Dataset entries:
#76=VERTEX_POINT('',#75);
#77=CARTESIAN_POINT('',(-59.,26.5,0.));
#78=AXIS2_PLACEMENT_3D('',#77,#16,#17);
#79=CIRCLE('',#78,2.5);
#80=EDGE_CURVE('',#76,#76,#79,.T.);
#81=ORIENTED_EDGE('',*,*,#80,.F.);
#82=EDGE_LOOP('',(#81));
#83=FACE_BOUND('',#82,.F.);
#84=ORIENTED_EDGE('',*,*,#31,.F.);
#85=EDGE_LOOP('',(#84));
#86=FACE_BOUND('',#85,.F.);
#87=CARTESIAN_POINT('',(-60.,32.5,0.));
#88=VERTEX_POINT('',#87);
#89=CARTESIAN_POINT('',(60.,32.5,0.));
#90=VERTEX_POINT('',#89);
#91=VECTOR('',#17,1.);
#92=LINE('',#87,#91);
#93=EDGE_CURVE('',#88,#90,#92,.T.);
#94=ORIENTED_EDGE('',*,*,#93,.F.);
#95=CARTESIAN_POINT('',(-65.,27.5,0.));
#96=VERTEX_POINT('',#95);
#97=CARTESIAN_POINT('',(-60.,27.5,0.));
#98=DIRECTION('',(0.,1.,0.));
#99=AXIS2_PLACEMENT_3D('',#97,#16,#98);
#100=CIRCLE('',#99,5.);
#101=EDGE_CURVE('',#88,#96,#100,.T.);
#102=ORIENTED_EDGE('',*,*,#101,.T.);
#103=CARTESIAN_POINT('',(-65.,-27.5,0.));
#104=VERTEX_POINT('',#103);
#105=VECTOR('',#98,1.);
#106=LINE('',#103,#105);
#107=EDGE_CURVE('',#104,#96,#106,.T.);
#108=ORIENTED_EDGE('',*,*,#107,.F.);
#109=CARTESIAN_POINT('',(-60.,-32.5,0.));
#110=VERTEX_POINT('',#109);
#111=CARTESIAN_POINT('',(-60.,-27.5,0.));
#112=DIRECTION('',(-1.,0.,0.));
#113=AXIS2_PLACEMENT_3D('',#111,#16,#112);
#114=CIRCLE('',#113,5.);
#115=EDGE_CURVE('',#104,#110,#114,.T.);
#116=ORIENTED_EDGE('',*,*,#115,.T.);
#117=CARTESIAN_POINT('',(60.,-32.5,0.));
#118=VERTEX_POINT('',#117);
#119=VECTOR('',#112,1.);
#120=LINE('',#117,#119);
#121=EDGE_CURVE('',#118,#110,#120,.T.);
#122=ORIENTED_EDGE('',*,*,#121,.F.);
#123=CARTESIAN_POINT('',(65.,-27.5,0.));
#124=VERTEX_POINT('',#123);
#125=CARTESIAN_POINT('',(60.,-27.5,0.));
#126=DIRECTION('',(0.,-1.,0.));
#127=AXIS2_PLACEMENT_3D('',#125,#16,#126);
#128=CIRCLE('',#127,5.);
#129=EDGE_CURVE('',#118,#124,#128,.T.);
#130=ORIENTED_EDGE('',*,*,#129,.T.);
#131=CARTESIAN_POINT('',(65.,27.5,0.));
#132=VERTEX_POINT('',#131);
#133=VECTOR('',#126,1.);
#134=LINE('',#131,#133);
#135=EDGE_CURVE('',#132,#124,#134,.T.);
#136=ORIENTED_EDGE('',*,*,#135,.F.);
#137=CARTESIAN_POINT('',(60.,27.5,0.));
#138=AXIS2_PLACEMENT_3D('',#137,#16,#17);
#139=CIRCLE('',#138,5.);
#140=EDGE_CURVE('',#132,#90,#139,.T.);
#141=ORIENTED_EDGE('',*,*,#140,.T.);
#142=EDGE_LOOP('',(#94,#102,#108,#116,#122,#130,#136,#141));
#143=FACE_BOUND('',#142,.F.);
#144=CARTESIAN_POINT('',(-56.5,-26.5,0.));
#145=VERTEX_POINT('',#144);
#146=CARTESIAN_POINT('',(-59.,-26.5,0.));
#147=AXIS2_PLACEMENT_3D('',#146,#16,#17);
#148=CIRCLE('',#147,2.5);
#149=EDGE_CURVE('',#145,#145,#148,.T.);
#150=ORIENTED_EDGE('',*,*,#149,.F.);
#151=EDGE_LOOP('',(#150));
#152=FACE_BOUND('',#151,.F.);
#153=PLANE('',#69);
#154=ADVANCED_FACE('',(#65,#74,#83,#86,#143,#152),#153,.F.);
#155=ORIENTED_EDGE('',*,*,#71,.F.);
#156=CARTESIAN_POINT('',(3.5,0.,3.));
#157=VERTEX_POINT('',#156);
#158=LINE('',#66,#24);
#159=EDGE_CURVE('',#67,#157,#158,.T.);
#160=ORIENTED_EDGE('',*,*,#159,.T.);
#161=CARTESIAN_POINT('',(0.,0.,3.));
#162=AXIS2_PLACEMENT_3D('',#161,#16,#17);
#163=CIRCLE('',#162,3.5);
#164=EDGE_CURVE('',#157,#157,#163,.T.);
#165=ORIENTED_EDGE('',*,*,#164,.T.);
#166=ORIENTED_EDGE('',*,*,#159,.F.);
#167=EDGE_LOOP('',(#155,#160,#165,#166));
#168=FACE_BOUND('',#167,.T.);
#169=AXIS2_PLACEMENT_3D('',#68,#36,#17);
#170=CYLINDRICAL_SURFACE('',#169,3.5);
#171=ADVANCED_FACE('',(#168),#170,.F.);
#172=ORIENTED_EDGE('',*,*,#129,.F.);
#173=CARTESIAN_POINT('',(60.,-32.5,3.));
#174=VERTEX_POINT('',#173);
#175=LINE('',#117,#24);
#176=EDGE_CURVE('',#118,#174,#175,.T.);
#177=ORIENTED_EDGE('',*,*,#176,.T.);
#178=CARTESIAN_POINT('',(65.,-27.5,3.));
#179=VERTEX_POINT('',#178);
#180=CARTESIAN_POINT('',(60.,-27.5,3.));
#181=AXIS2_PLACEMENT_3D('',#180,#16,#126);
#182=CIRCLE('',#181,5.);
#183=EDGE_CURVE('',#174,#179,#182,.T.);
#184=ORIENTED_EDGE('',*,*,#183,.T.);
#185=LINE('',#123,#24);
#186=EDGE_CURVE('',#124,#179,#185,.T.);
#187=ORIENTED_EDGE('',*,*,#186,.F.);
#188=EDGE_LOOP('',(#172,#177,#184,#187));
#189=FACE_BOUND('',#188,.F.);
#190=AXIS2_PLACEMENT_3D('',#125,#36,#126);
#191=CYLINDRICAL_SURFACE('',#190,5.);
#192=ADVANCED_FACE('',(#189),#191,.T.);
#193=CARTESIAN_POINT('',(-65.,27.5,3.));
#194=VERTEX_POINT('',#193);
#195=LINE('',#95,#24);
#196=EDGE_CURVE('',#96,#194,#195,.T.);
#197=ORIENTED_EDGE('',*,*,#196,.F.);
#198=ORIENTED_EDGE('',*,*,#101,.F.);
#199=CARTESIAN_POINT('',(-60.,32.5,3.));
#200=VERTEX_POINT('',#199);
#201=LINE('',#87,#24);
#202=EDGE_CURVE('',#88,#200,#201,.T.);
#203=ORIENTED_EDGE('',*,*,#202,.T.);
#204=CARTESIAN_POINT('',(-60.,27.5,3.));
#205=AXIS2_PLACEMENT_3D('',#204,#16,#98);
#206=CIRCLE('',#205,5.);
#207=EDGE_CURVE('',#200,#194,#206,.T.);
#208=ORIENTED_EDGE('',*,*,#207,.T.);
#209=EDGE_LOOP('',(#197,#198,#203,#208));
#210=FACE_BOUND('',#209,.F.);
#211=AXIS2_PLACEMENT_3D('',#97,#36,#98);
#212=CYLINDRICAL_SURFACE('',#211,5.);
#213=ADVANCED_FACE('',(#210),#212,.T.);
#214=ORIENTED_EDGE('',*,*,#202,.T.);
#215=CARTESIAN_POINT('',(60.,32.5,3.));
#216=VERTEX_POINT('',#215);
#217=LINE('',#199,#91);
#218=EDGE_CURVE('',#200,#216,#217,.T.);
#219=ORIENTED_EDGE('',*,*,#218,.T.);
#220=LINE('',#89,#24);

= WORK TO COMPLETE =
Give back exactly the lines from the line containing "#171=ADVANCED_FACE('',(#168),#170,.F.);" to the end of the entries, and no other lines.

= WRITTEN SOLUTION =
#171=ADVANCED_FACE('',(#168),#170,.F.);
#172=ORIENTED_EDGE('',*,*,#129,.F.);
#173=CARTESIAN_POINT('',(60.,-32.5,3.));
#174=VERTEX_POINT('',#173);
#175=LINE('',#117,#24);
#176=EDGE_CURVE('',#118,#174,#175,.T.);
#177=ORIENTED_EDGE('',*,*,#176,.T.);
#178=CARTESIAN_POINT('',(65.,-27.5,3.));
#179=VERTEX_POINT('',#178);
#180=CARTESIAN_POINT('',(60.,-27.5,3.));
#181=AXIS2_PLACEMENT_3D('',#180,#16,#126);
#182=CIRCLE('',#181,5.);
#183=EDGE_CURVE('',#174,#179,#182,.T.);
#184=ORIENTED_EDGE('',*,*,#183,.T.);
#185=LINE('',#123,#24);
#186=EDGE_CURVE('',#124,#179,#185,.T.);
#187=ORIENTED_EDGE('',*,*,#186,.F.);
#188=EDGE_LOOP('',(#172,#177,#184,#187));
#189=FACE_BOUND('',#188,.F.);
#190=AXIS2_PLACEMENT_3D('',#125,#36,#126);
#191=CYLINDRICAL_SURFACE('',#190,5.);
#192=ADVANCED_FACE('',(#189),#191,.T.);
#193=CARTESIAN_POINT('',(-65.,27.5,3.));
#194=VERTEX_POINT('',#193);
#195=LINE('',#95,#24);
#196=EDGE_CURVE('',#96,#194,#195,.T.);
#197=ORIENTED_EDGE('',*,*,#196,.F.);
#198=ORIENTED_EDGE('',*,*,#101,.F.);
#199=CARTESIAN_POINT('',(-60.,32.5,3.));
#200=VERTEX_POINT('',#199);
#201=LINE('',#87,#24);
#202=EDGE_CURVE('',#88,#200,#201,.T.);
#203=ORIENTED_EDGE('',*,*,#202,.T.);
#204=CARTESIAN_POINT('',(-60.,27.5,3.));
#205=AXIS2_PLACEMENT_3D('',#204,#16,#98);
#206=CIRCLE('',#205,5.);
#207=EDGE_CURVE('',#200,#194,#206,.T.);
#208=ORIENTED_EDGE('',*,*,#207,.T.);
#209=EDGE_LOOP('',(#197,#198,#203,#208));
#210=FACE_BOUND('',#209,.F.);
#211=AXIS2_PLACEMENT_3D('',#97,#36,#98);
#212=CYLINDRICAL_SURFACE('',#211,5.);
#213=ADVANCED_FACE('',(#210),#212,.T.);
#214=ORIENTED_EDGE('',*,*,#202,.T.);
#215=CARTESIAN_POINT('',(60.,32.5,3.));
#216=VERTEX_POINT('',#215);
#217=LINE('',#199,#91);
#218=EDGE_CURVE('',#200,#216,#217,.T.);
#219=ORIENTED_EDGE('',*,*,#218,.T.);
#220=LINE('',#89,#24);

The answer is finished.